▸ Exercise directions
Copy out exactly the lines below that run from the one holding "v 27.768 16.188 -15" to the one holding "v 1.968 7.766 -22.5", keeping both of those lines and no others.
• • • • • • •
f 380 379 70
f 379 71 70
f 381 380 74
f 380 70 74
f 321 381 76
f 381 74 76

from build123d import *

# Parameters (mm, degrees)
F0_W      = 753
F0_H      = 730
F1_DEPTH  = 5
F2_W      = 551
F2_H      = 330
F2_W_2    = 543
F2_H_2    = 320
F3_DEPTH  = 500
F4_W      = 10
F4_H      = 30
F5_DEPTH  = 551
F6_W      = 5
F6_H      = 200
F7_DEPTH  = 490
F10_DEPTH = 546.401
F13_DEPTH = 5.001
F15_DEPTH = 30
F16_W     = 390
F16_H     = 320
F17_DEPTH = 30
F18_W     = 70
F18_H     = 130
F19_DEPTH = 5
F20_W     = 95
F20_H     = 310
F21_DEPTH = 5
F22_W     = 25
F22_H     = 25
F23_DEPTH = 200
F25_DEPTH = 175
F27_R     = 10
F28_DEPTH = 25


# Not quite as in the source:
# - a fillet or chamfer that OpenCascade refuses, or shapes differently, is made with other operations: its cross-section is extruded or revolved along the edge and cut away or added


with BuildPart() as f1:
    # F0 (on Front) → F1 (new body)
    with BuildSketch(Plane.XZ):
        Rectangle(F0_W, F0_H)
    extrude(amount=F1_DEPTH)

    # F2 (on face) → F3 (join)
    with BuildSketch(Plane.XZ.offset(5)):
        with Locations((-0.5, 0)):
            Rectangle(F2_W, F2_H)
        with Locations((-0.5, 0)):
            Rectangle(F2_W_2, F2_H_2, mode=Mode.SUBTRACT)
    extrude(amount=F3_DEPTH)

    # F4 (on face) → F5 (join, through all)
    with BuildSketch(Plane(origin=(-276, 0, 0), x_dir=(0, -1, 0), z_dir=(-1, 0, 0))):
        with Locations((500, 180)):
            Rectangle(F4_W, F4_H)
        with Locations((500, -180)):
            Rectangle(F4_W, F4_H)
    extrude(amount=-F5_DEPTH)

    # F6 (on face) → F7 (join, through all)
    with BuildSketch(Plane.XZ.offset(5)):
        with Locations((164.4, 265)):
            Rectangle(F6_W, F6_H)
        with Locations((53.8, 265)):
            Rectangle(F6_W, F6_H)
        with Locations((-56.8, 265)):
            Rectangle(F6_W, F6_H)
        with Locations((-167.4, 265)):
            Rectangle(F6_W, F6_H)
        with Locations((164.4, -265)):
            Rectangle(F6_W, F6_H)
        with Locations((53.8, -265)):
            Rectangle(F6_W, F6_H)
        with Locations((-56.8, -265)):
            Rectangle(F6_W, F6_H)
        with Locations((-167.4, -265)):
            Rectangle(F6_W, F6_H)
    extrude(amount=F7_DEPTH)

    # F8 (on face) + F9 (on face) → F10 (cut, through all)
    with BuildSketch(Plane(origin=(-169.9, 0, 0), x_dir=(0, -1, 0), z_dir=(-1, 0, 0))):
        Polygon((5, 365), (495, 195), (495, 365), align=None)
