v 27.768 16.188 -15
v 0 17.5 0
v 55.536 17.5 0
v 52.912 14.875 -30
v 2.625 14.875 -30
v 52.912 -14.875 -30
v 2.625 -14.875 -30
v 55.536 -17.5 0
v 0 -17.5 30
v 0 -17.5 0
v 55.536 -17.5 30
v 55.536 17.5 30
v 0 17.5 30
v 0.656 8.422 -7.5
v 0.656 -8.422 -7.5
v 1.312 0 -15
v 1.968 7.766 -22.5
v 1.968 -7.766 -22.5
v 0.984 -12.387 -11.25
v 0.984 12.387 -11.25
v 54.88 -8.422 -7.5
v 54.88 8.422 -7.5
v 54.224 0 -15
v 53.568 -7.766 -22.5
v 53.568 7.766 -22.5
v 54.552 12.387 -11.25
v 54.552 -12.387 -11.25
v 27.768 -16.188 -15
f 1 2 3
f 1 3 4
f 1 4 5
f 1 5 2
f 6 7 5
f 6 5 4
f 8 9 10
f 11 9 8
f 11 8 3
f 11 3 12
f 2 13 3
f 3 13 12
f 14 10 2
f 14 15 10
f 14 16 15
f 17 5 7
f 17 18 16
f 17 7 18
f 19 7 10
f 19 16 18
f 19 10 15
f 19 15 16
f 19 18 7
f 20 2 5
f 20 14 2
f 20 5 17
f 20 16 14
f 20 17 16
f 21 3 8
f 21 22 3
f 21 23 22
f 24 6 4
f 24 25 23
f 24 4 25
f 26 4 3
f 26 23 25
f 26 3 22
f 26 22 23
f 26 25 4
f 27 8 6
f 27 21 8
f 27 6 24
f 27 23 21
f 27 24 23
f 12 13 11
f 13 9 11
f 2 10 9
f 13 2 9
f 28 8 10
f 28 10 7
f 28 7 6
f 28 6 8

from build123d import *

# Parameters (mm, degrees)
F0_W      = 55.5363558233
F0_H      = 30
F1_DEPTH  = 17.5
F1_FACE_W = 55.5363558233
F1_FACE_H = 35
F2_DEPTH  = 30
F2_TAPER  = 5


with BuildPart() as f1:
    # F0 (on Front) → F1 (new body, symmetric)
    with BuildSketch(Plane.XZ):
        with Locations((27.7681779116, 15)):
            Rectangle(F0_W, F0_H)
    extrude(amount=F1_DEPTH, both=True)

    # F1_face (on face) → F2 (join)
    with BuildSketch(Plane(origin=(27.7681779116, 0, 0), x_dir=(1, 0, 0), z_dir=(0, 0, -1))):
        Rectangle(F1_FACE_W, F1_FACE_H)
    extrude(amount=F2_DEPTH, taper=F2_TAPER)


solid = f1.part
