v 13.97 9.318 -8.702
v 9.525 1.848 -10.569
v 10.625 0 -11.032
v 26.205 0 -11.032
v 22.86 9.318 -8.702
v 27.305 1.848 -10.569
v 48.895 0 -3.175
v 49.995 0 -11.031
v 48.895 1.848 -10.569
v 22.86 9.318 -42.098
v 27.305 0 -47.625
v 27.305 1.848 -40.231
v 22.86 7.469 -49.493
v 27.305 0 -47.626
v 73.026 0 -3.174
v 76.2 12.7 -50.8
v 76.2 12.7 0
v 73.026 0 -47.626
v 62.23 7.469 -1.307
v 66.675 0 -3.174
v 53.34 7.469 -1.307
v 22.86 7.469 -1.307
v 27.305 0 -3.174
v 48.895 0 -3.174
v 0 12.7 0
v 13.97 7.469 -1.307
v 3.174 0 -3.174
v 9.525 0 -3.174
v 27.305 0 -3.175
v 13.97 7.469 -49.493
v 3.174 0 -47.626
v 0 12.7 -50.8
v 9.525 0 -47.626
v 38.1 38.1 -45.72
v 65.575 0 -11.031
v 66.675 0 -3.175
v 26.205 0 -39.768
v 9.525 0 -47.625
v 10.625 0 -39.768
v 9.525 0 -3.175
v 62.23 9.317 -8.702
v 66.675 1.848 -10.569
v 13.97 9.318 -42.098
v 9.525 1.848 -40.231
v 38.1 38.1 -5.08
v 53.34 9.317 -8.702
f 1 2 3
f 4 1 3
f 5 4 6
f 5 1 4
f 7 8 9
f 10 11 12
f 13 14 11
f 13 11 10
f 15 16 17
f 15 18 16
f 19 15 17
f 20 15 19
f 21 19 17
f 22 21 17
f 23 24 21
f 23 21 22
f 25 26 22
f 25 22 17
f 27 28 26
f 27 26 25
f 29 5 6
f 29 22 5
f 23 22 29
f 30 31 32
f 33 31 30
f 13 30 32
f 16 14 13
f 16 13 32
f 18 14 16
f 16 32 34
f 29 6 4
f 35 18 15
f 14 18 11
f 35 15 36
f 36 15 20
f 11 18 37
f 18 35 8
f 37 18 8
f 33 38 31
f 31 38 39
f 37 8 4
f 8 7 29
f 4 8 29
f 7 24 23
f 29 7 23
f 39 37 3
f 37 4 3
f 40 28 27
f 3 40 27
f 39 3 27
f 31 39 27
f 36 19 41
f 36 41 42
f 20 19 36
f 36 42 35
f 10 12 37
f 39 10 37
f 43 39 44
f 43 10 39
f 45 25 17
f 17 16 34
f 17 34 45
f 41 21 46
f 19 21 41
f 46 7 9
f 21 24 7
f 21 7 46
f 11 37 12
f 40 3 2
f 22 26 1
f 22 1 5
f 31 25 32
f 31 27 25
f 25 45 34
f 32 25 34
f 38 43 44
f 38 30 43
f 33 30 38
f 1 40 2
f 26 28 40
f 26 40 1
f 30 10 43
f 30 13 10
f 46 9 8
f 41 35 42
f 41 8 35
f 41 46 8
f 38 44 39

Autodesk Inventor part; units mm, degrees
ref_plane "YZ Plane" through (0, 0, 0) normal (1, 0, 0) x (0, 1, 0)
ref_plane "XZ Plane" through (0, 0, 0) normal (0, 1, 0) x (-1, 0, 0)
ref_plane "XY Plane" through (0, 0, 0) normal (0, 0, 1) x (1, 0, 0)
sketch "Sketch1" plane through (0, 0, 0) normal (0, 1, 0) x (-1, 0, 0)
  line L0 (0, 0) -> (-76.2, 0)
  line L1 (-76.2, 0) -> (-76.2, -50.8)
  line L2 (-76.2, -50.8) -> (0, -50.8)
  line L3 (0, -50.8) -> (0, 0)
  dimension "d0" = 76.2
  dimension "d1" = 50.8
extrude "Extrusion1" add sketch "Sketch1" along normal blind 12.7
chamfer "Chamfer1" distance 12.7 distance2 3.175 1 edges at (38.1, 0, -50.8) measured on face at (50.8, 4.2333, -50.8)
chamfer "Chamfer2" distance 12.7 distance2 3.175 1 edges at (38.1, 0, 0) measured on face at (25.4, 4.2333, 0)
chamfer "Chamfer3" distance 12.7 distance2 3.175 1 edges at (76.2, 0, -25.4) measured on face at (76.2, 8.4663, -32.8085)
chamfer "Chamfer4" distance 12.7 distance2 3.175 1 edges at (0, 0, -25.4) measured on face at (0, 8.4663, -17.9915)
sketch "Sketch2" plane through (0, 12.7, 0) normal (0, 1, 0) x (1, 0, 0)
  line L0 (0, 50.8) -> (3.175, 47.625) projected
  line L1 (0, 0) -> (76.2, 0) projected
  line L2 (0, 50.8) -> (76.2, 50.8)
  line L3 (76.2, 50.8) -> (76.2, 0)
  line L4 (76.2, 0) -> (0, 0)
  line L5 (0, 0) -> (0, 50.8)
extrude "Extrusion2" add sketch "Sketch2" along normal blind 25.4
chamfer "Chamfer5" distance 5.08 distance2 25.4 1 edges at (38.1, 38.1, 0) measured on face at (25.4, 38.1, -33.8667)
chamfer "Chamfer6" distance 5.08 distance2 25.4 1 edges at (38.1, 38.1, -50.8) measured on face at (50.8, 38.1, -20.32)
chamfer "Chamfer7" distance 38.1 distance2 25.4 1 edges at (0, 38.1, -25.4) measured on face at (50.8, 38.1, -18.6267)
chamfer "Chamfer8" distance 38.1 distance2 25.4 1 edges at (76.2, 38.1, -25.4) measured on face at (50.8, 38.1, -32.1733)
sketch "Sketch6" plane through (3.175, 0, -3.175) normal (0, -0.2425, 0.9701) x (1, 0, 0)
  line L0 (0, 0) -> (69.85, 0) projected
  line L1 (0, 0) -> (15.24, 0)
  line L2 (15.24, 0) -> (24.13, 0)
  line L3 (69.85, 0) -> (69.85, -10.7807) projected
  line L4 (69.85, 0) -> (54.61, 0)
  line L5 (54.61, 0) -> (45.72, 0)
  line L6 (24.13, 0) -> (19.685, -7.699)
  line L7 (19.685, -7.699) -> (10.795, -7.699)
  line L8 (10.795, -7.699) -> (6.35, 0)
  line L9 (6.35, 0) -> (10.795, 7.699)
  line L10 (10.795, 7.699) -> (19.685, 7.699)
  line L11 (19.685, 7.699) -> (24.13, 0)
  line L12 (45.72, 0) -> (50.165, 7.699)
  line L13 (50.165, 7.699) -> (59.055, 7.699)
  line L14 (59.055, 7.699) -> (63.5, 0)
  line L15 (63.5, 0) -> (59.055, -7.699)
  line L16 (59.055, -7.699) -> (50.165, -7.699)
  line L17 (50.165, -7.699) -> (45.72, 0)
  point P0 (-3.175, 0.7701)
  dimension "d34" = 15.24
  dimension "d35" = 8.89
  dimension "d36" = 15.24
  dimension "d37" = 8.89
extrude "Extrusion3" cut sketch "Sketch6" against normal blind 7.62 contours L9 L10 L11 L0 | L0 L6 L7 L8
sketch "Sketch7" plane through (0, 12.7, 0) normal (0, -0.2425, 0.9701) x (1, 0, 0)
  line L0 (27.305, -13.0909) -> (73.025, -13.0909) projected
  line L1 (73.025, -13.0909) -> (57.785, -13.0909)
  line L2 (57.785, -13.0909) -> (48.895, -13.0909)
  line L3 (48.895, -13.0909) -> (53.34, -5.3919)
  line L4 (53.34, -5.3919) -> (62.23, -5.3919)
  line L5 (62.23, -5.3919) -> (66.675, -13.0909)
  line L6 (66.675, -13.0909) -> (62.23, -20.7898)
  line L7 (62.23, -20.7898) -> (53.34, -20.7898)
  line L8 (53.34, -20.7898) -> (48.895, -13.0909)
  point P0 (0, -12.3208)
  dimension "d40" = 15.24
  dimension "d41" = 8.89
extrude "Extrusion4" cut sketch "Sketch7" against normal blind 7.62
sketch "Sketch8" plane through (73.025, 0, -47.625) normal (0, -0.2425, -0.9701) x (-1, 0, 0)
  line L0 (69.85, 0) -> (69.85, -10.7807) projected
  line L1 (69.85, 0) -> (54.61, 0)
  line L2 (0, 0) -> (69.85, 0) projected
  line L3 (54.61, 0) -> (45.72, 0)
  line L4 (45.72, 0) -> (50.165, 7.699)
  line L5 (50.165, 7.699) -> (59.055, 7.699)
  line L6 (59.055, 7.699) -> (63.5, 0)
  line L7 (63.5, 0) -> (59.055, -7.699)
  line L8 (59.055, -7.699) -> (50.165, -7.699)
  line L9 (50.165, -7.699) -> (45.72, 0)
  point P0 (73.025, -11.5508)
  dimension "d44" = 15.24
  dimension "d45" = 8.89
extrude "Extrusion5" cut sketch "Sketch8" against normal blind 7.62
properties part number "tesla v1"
• • • • • • •
▸ Exercise solution
v 27.768 16.188 -15
v 0 17.5 0
v 55.536 17.5 0
v 52.912 14.875 -30
v 2.625 14.875 -30
v 52.912 -14.875 -30
v 2.625 -14.875 -30
v 55.536 -17.5 0
v 0 -17.5 30
v 0 -17.5 0
v 55.536 -17.5 30
v 55.536 17.5 30
v 0 17.5 30
v 0.656 8.422 -7.5
v 0.656 -8.422 -7.5
v 1.312 0 -15
v 1.968 7.766 -22.5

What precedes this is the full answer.